Utiliser un outil d'IA public pour traiter des données client peut faire perdre la protection du privilège si le fournisseur conserve, entraîne ses modèles sur vos échanges, ou y donne accès à des tiers. La jurisprudence récente confirme ce risque, mais un contrôle contractuel et technique rigoureux permet de le limiter fortement. La suite détaille les décisions à connaître, les clauses à exiger, et les garanties techniques qui font la différence devant un tribunal.
En bref:
- L’utilisation d’un outil d’IA public peut entraîner la perte du privilège avocat-client si le fournisseur peut accéder, conserver ou entraîner ses modèles sur les données échangées.
- La jurisprudence insiste sur l’importance du contrôle contractuel, notamment l’interdiction d’entraînement, la localisation des serveurs et la gestion des accès pour limiter ce risque.
- La protection du travail préparatoire reste possible si l’avocat prouve que l’outil n’a effectué que des tâches mécaniques et que les flux de données sont maîtrisés.
- Un contrat solide doit imposer la localisation des données sur le territoire national, l’absence d’entraînement sur les contenus, un droit d’audit et une suppression limitée des données.
- La seule architecture technique réellement protectrice reste celle qui limite l’accès aux connaissances internes, comme les systèmes auto-hébergés ou RAG privé, avec chiffrement et journaux d’audit à l’appui.
Table des matières
- Décisions récentes : quand les outils d'IA font perdre le privilège
- Privilège, renonciation et protection du travail juridique face à l'IA
- Ce que le contrat avec votre fournisseur d'IA doit absolument contenir
- Architecture technique : ce qui protège réellement la confidentialité
- Ce qu'un cabinet doit mettre en place dès maintenant
- Les garanties à exiger d'un fournisseur d'IA souverain
- Vers une gouvernance plus stricte des cabinets face à l'IA
- Passez à une IA professionnelle qui reste sous votre toit
- Sources
- Questions fréquentes
Décisions récentes : quand les outils d'IA font perdre le privilège
Les tribunaux commencent à se pencher sérieusement sur la question, et leurs motifs se répètent d'une affaire à l'autre.
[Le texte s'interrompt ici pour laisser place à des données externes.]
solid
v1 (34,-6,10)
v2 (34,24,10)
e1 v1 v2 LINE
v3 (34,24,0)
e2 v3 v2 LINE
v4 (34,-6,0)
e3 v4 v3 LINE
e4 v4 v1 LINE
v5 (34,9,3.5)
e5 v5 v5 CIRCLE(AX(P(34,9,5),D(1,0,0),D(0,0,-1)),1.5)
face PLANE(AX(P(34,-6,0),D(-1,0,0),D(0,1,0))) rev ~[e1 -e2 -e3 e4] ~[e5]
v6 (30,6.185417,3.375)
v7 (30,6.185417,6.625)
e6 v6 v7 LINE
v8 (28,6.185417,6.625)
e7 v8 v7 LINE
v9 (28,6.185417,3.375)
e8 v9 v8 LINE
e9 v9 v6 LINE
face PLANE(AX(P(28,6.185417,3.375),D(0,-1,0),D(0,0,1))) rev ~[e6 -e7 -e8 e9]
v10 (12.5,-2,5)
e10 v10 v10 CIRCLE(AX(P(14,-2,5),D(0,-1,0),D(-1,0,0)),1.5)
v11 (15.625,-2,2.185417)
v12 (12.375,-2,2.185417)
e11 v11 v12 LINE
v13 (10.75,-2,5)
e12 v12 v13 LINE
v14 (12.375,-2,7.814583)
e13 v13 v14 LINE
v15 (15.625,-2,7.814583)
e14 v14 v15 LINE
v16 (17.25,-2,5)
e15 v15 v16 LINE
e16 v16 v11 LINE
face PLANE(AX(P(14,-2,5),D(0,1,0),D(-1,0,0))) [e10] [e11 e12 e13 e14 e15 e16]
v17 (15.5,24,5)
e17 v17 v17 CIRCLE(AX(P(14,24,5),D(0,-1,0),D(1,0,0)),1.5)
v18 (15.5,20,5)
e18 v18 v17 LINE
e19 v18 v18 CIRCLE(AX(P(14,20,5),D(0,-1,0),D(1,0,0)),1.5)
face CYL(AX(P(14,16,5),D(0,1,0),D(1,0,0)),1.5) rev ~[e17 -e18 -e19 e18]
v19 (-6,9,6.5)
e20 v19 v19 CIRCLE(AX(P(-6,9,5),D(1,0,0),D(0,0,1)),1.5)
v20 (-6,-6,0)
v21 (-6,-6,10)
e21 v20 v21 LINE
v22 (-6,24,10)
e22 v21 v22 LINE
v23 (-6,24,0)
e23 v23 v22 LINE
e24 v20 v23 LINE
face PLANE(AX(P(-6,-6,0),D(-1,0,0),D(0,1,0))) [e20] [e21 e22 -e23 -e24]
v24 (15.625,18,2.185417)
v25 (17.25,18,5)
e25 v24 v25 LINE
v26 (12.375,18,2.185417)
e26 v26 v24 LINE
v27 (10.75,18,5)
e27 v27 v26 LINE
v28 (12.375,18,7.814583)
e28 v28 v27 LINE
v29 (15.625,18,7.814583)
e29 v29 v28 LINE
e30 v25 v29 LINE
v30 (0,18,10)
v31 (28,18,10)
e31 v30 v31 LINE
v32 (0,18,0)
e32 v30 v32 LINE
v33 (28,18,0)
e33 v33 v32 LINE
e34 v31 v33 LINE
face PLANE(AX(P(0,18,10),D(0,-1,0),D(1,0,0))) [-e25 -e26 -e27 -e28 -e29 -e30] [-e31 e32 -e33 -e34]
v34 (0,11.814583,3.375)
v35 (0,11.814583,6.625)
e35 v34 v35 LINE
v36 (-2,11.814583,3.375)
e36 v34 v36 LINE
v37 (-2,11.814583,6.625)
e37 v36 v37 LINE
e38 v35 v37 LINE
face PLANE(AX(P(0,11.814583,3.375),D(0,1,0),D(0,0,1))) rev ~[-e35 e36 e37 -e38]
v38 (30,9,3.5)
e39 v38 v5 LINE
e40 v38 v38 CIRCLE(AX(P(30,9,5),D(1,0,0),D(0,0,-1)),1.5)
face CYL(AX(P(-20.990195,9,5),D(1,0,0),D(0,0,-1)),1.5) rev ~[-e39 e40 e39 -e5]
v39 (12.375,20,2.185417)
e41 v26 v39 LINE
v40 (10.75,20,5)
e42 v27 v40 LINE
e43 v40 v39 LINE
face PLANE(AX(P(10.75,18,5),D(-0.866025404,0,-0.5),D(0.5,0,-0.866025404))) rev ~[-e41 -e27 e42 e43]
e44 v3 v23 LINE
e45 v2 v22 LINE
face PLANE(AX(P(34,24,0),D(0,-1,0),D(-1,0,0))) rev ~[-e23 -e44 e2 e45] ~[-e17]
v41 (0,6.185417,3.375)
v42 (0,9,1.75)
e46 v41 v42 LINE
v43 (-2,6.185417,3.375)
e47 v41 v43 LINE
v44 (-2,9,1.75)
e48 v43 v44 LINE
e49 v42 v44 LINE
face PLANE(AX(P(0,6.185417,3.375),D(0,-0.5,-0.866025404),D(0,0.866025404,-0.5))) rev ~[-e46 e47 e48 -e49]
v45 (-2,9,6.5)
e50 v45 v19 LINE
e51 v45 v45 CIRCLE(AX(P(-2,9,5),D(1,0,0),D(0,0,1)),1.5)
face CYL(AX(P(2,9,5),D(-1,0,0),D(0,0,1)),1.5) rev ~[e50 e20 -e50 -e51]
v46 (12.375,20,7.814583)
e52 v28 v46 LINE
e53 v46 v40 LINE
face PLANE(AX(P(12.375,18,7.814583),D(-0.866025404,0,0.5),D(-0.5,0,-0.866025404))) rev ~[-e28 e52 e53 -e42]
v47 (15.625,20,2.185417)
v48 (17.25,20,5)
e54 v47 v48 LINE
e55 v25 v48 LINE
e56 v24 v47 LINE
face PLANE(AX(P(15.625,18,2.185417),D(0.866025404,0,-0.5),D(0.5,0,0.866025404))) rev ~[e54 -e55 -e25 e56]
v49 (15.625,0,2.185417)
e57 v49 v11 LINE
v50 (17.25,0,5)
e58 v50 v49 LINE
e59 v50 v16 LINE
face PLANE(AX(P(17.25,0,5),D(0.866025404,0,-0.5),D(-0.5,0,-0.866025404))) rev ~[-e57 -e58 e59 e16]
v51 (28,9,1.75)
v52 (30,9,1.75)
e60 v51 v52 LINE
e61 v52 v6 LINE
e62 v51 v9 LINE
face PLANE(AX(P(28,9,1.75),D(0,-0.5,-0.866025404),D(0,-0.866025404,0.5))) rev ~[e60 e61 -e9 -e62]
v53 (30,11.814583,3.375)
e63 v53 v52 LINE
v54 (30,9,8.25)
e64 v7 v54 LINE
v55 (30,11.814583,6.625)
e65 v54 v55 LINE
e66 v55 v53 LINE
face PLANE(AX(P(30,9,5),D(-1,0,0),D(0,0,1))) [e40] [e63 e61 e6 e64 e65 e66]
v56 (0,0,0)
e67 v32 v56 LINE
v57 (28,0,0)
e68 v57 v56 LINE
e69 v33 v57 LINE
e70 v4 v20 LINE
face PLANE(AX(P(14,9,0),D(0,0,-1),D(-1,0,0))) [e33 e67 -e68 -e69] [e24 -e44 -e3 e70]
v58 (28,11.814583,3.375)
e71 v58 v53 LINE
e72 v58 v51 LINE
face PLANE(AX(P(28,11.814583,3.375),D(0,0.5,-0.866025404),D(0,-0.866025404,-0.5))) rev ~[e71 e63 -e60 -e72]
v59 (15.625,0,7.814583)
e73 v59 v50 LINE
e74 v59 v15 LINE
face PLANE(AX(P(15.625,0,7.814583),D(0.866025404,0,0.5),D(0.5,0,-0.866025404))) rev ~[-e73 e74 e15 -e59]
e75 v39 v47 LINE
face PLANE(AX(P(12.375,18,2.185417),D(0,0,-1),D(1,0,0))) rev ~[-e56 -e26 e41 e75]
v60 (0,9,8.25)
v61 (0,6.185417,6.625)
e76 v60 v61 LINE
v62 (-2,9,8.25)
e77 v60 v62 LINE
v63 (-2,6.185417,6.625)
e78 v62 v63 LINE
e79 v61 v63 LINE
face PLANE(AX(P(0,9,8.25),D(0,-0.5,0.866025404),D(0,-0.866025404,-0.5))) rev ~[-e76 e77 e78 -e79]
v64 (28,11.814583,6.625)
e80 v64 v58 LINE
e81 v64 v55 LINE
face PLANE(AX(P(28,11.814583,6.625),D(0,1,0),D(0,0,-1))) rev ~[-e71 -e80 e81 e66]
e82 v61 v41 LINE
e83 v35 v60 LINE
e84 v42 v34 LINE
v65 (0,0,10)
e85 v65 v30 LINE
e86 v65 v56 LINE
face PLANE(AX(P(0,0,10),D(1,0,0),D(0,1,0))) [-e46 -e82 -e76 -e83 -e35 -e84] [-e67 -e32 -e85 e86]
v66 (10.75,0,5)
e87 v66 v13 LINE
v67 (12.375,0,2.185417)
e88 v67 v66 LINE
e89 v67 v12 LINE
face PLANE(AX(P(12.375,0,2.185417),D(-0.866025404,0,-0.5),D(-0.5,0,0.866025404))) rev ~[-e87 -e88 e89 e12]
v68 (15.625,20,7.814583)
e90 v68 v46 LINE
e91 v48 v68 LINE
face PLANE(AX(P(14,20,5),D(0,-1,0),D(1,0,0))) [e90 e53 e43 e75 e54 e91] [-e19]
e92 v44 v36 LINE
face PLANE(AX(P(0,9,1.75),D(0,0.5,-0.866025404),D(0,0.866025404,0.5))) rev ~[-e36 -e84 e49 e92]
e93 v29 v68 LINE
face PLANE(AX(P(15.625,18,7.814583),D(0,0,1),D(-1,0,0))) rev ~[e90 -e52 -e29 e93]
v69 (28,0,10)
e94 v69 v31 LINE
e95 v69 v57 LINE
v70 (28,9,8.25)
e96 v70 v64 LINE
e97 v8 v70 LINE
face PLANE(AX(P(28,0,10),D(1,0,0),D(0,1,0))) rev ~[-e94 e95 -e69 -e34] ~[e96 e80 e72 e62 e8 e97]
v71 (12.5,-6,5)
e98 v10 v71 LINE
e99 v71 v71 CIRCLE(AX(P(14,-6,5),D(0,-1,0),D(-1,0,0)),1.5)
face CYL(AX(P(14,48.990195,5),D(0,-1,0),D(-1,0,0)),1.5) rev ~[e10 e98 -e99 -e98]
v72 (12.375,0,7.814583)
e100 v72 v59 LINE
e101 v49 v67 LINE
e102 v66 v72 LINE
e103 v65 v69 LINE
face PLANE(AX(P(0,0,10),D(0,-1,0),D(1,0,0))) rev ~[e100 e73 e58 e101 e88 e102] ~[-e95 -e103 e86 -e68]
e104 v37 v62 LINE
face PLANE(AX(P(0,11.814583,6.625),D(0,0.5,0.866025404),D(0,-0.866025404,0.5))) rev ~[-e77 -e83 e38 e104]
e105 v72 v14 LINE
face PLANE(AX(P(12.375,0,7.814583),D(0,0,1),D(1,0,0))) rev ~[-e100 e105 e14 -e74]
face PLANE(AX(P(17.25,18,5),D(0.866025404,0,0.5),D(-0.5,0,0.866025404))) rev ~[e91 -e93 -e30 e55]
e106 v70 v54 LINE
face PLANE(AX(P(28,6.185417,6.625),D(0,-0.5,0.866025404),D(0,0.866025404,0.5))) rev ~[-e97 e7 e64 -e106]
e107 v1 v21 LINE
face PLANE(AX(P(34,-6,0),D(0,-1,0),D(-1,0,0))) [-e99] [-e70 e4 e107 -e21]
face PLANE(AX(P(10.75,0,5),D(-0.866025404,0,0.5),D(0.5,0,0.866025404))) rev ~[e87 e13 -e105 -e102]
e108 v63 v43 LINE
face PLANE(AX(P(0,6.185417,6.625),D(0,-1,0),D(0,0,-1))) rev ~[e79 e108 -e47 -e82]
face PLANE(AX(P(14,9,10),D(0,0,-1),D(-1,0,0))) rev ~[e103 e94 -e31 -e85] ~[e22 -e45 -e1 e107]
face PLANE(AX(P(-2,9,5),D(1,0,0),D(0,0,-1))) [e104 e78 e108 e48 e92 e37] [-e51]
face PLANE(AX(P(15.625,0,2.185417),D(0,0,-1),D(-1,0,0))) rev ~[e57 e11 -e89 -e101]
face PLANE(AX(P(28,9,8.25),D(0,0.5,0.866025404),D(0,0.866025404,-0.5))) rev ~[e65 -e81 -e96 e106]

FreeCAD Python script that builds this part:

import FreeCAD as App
import Part
import Sketcher
from FreeCAD import Vector
Q = App.Units.Quantity

doc = App.newDocument("Part")
body = doc.addObject("PartDesign::Body", "Body")

# Sketch on XY plane
sketch1 = body.newObject("Sketcher::SketchObject", "Sketch")
sketch1.AttachmentSupport = (doc.getObject("XY_Plane"), [""])
sketch1.MapMode = "FlatFace"
sketch1.addGeometry([
    Part.LineSegment(Vector(34, 24, 0), Vector(34, -6, 0)),
    Part.LineSegment(Vector(34, -6, 0), Vector(-6, -6, 0)),
    Part.LineSegment(Vector(-6, -6, 0), Vector(-6, 24, 0)),
    Part.LineSegment(Vector(-6, 24, 0), Vector(34, 24, 0)),
], False)
sketch1.addConstraint([
    Sketcher.Constraint("Coincident", 0, 2, 1, 1),
    Sketcher.Constraint("Coincident", 1, 2, 2, 1),
    Sketcher.Constraint("Coincident", 2, 2, 3, 1),
    Sketcher.Constraint("Coincident", 3, 2, 0, 1),
    Sketcher.Constraint("Vertical", 0),
    Sketcher.Constraint("Horizontal", 1),
    Sketcher.Constraint("Vertical", 2),
    Sketcher.Constraint("Horizontal", 3),
    Sketcher.Constraint("DistanceX", 1, 2, 1, 1, 40.0),
    Sketcher.Constraint("DistanceY", 0, 2, 0, 1, 30.0),
    Sketcher.Constraint("DistanceX", -1, 1, 0, 2, 34.0),
    Sketcher.Constraint("DistanceY", 0, 2, -1, 1, 6.0),
])
pad1 = body.newObject("PartDesign::Pad", "Pad")
pad1.Profile = sketch1
pad1.Length = 10

# Sketch on XY plane
sketch2 = body.newObject("Sketcher::SketchObject", "Sketch001")
sketch2.AttachmentSupport = (doc.getObject("XY_Plane"), [""])
sketch2.MapMode = "FlatFace"
sketch2.AttachmentOffset = App.Placement(Vector(0, 0, 10), App.Rotation())
sketch2.addGeometry([
    Part.LineSegment(Vector(0, 18, 0), Vector(0, 0, 0)),
    Part.LineSegment(Vector(0, 0, 0), Vector(28, 0, 0)),
    Part.LineSegment(Vector(28, 0, 0), Vector(28, 18, 0)),
    Part.LineSegment(Vector(28, 18, 0), Vector(0, 18, 0)),
], False)
sketch2.addConstraint([
    Sketcher.Constraint("Coincident", 0, 2, 1, 1),
    Sketcher.Constraint("Coincident", 1, 2, 2, 1),
    Sketcher.Constraint("Coincident", 2, 2, 3, 1),
    Sketcher.Constraint("Coincident", 3, 2, 0, 1),
    Sketcher.Constraint("Vertical", 0),
    Sketcher.Constraint("Horizontal", 1),
    Sketcher.Constraint("Vertical", 2),
    Sketcher.Constraint("Horizontal", 3),
    Sketcher.Constraint("Coincident", 0, 2, -1, 1),
    Sketcher.Constraint("DistanceX", 1, 1, 1, 2, 28.0),
    Sketcher.Constraint("DistanceY", 0, 2, 0, 1, 18.0),
])
pocket1 = body.newObject("PartDesign::Pocket", "Pocket")
pocket1.Profile = sketch2
pocket1.Type = "ThroughAll"

# Sketch on YZ plane
sketch3 = body.newObject("Sketcher::SketchObject", "Sketch002")
sketch3.AttachmentSupport = (doc.getObject("YZ_Plane"), [""])
sketch3.MapMode = "FlatFace"
sketch3.addGeometry([
    Part.LineSegment(Vector(9, 8.2, 0), Vector(6.2, 6.6, 0)),  # 0
    Part.LineSegment(Vector(6.2, 6.6, 0), Vector(6.2, 3.4, 0)),  # 1
    Part.LineSegment(Vector(6.2, 3.4, 0), Vector(9, 1.8, 0)),  # 2
    Part.LineSegment(Vector(9, 1.8, 0), Vector(11.8, 3.4, 0)),  # 3
    Part.LineSegment(Vector(11.8, 3.4, 0), Vector(11.8, 6.6, 0)),  # 4
    Part.LineSegment(Vector(11.8, 6.6, 0), Vector(9, 8.2, 0)),  # 5
], False)
sketch3.addConstraint([
    Sketcher.Constraint("Coincident", 0, 2, 1, 1),
    Sketcher.Constraint("Coincident", 1, 2, 2, 1),
    Sketcher.Constraint("Coincident", 2, 2, 3, 1),
    Sketcher.Constraint("Coincident", 3, 2, 4, 1),
    Sketcher.Constraint("Coincident", 4, 2, 5, 1),
    Sketcher.Constraint("Coincident", 5, 2, 0, 1),
    Sketcher.Constraint("Vertical", 1),
    Sketcher.Constraint("Vertical", 4),
    Sketcher.Constraint("Parallel", 0, 3),
    Sketcher.Constraint("Parallel", 2, 5),
    Sketcher.Constraint("Horizontal", 1, 2, 3, 2),
    Sketcher.Constraint("Horizontal", 0, 2, 4, 2),
    Sketcher.Constraint("Vertical", 2, 2, 5, 2),
    Sketcher.Constraint("Angle", 0, Q("-150 deg")),
    Sketcher.Constraint("DistanceX", -1, 1, 2, 2, 9.0),
    Sketcher.Constraint("DistanceY", 1, 2, 1, 1, 3.25),
    Sketcher.Constraint("DistanceY", 2, 2, 5, 2, 6.5),
    Sketcher.Constraint("DistanceY", -1, 1, 2, 2, 1.75),
])
pocket2 = body.newObject("PartDesign::Pocket", "Pocket001")
pocket2.Profile = sketch3
pocket2.Length = 2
Dans l'affaire United States v. Heppner, une juridiction fédérale a jugé que des échanges traités via un outil d'IA public ne bénéficiaient pas de la protection du privilège, précisément parce que rien ne garantissait la confidentialité du traitement effectué par ce fournisseur. Le cabinet Ogletree a documenté cette décision dans son analyse de l'intersection entre IA et privilège avocat-client, et le raisonnement du juge mérite qu'on s'y arrête.
Le motif central n'est pas technologique. C'est contractuel et factuel. Les juges examinent trois éléments avant de trancher :
- L'exposition effective des données à des tiers, y compris à des fins d'amélioration du modèle ;
- Les conditions d'accès définies dans les contrats d'utilisation du fournisseur ;
- L'existence ou l'absence de mesures actives de cloisonnement prises par le cabinet avant l'usage de l'outil.
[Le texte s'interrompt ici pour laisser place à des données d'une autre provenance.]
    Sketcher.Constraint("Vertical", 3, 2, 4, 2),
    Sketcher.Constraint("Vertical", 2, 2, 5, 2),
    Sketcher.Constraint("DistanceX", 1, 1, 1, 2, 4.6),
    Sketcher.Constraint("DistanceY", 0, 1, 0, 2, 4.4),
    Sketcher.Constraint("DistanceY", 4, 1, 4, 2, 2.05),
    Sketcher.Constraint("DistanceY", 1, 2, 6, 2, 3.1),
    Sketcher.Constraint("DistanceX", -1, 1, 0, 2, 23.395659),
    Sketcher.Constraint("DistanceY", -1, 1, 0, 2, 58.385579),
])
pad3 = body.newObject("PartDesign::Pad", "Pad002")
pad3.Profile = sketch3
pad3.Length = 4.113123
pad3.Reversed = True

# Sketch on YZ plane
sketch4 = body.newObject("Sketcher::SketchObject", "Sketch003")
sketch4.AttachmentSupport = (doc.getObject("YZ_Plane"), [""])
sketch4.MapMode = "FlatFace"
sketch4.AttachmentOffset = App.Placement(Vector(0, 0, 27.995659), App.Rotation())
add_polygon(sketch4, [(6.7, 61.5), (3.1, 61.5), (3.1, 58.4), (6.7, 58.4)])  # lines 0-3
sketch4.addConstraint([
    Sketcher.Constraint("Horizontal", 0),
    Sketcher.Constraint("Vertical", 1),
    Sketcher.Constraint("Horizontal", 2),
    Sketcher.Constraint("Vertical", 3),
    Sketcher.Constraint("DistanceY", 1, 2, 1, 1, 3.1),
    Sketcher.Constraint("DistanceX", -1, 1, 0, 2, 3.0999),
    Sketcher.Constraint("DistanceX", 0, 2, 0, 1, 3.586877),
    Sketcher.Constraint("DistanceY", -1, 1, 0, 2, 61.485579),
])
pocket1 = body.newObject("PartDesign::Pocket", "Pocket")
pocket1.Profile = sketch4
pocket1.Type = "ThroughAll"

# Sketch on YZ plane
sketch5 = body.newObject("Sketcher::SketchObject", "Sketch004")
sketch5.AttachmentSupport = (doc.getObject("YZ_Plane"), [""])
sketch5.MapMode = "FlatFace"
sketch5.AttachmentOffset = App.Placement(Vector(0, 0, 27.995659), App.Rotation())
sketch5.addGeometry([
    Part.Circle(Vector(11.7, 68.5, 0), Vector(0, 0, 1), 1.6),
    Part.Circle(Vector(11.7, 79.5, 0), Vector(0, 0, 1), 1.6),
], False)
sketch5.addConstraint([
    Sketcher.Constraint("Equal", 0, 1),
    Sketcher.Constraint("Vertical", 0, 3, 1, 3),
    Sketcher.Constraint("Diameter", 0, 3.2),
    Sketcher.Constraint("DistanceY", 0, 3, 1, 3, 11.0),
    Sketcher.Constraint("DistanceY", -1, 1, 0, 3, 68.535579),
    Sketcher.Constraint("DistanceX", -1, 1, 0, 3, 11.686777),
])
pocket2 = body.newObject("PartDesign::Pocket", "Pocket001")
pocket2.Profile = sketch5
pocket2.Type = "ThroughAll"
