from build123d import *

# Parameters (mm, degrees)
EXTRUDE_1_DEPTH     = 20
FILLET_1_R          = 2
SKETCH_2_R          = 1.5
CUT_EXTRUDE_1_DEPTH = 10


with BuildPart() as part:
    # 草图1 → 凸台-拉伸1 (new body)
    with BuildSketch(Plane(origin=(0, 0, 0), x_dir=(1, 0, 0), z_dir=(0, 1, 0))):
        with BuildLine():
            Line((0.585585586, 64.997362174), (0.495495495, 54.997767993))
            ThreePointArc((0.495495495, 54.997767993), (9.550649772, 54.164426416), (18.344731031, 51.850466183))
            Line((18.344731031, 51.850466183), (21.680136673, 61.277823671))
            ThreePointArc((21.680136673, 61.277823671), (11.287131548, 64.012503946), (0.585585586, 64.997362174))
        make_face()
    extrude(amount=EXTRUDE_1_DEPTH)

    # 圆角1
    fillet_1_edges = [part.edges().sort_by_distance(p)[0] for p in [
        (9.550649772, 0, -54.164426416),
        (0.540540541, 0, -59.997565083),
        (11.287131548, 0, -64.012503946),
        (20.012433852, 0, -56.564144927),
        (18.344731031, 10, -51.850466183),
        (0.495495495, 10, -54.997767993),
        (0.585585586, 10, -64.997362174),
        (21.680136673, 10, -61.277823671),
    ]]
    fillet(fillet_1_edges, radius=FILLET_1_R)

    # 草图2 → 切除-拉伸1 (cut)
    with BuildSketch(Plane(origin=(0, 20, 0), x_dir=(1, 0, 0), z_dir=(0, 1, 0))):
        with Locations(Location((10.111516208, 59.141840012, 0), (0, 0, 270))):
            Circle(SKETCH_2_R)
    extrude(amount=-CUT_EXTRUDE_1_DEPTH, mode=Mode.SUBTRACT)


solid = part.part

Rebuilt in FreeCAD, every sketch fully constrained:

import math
import FreeCAD as App
import Part
import Sketcher
from FreeCAD import Vector


def edges_at(feature, points):
    """Names of the edges that pass closest to the given points."""
    edges = feature.Shape.Edges
    near = lambda p: min(range(len(edges)), key=lambda i: edges[i].distToShape(Part.Vertex(*p))[0])
    return sorted({f"Edge{near(p) + 1}" for p in points})

doc = App.newDocument("Part")
body = doc.addObject("PartDesign::Body", "Body")

sketch1 = body.newObject("Sketcher::SketchObject", "Sketch")
sketch1.AttachmentSupport = (doc.getObject("XZ_Plane"), [""])
sketch1.MapMode = "FlatFace"
sketch1.addGeometry(Part.LineSegment(Vector(0.585586, -64.997362, 0), Vector(0.495495, -54.997768, 0)), False)
sketch1.addGeometry(Part.ArcOfCircle(Part.Circle(Vector(0, 0, 0), Vector(0, 0, 1), 55), math.radians(-89.483815), math.radians(-70.516185)), False)
sketch1.addGeometry(Part.LineSegment(Vector(18.344731, -51.850466, 0), Vector(21.680137, -61.277824, 0)), False)
sketch1.addGeometry(Part.ArcOfCircle(Part.Circle(Vector(0, 0, 0), Vector(0, 0, 1), 65), math.radians(-89.483815), math.radians(-70.516185)), False)
sketch1.addConstraint(Sketcher.Constraint("Coincident", 0, 2, 1, 1))
sketch1.addConstraint(Sketcher.Constraint("Coincident", 1, 2, 2, 1))
sketch1.addConstraint(Sketcher.Constraint("Coincident", 2, 2, 3, 2))
sketch1.addConstraint(Sketcher.Constraint("Coincident", 3, 1, 0, 1))
sketch1.addConstraint(Sketcher.Constraint("Coincident", 1, 3, -1, 1))
sketch1.addConstraint(Sketcher.Constraint("Coincident", 3, 3, -1, 1))
sketch1.addConstraint(Sketcher.Constraint("Radius", 1, 55.0))
sketch1.addConstraint(Sketcher.Constraint("Radius", 3, 65.0))
sketch1.addConstraint(Sketcher.Constraint("DistanceY", 0, 2, 1, 2, 3.147302))
sketch1.addConstraint(Sketcher.Constraint("DistanceY", 0, 2, 3, 3, 54.997768))
sketch1.addConstraint(Sketcher.Constraint("DistanceX", 0, 2, 2, 2, 21.184641))
sketch1.addConstraint(Sketcher.Constraint("DistanceX", 0, 2, 3, 1, 0.09009))
pad1 = body.newObject("PartDesign::Pad", "Pad")
pad1.Profile = sketch1
pad1.Length = 20
pad1.Reversed = True
doc.recompute()

fillet = body.newObject("PartDesign::Fillet", "Fillet")
fillet.Base = (pad1, edges_at(pad1, [
    (9.551, 0, -54.164),
    (0.541, 0, -59.998),
    (11.287, 0, -64.013),
    (20.012, 0, -56.564),
    (18.345, 10, -51.85),
    (0.495, 10, -54.998),
    (0.586, 10, -64.997),
    (21.68, 10, -61.278),
]))
fillet.Radius = 2

sketch2 = body.newObject("Sketcher::SketchObject", "Sketch001")
sketch2.AttachmentSupport = (doc.getObject("XZ_Plane"), [""])
sketch2.MapMode = "FlatFace"
sketch2.AttachmentOffset = App.Placement(Vector(0, 0, -20), App.Rotation())
sketch2.addGeometry(Part.Circle(Vector(10.1, -59.1, 0), Vector(0, 0, 1), 1.5), False)
sketch2.addConstraint(Sketcher.Constraint("Diameter", 0, 3.0))
sketch2.addConstraint(Sketcher.Constraint("DistanceY", 0, 3, -1, 1, 59.14184))
sketch2.addConstraint(Sketcher.Constraint("DistanceX", -1, 1, 0, 3, 10.111516))
pocket1 = body.newObject("PartDesign::Pocket", "Pocket")
pocket1.Profile = sketch2
pocket1.Length = 10
pocket1.Reversed = True

doc.recompute()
Une décision britannique répertoriée dans les archives judiciaires du Royaume-Uni illustre une approche comparable, où la juridiction a évalué au cas par cas la nature du traitement plutôt que d'appliquer une règle générale. Cette convergence entre systèmes juridiques différents suggère que le critère décisif reste partout le même : peut-on prouver que la donnée n'a jamais quitté un périmètre maîtrisé ?
Pour la gestion des dossiers, la conséquence pratique est directe. Un document rédigé ou révisé via un outil d'IA public devient un candidat naturel à la découverte (discovery) si la partie adverse démontre que le fournisseur avait un accès technique aux contenus. Le simple fait d'avoir utilisé l'outil, sans preuve du contraire, suffit parfois à faire pencher la balance.
Privilège, renonciation et protection du travail juridique face à l'IA
Le droit distingue deux notions que les praticiens confondent trop souvent : le secret professionnel proprement dit, et la protection du travail préparatoire de l'avocat, connue sous le nom de work product. Ces deux protections ne réagissent pas de la même façon à l'usage de l'IA.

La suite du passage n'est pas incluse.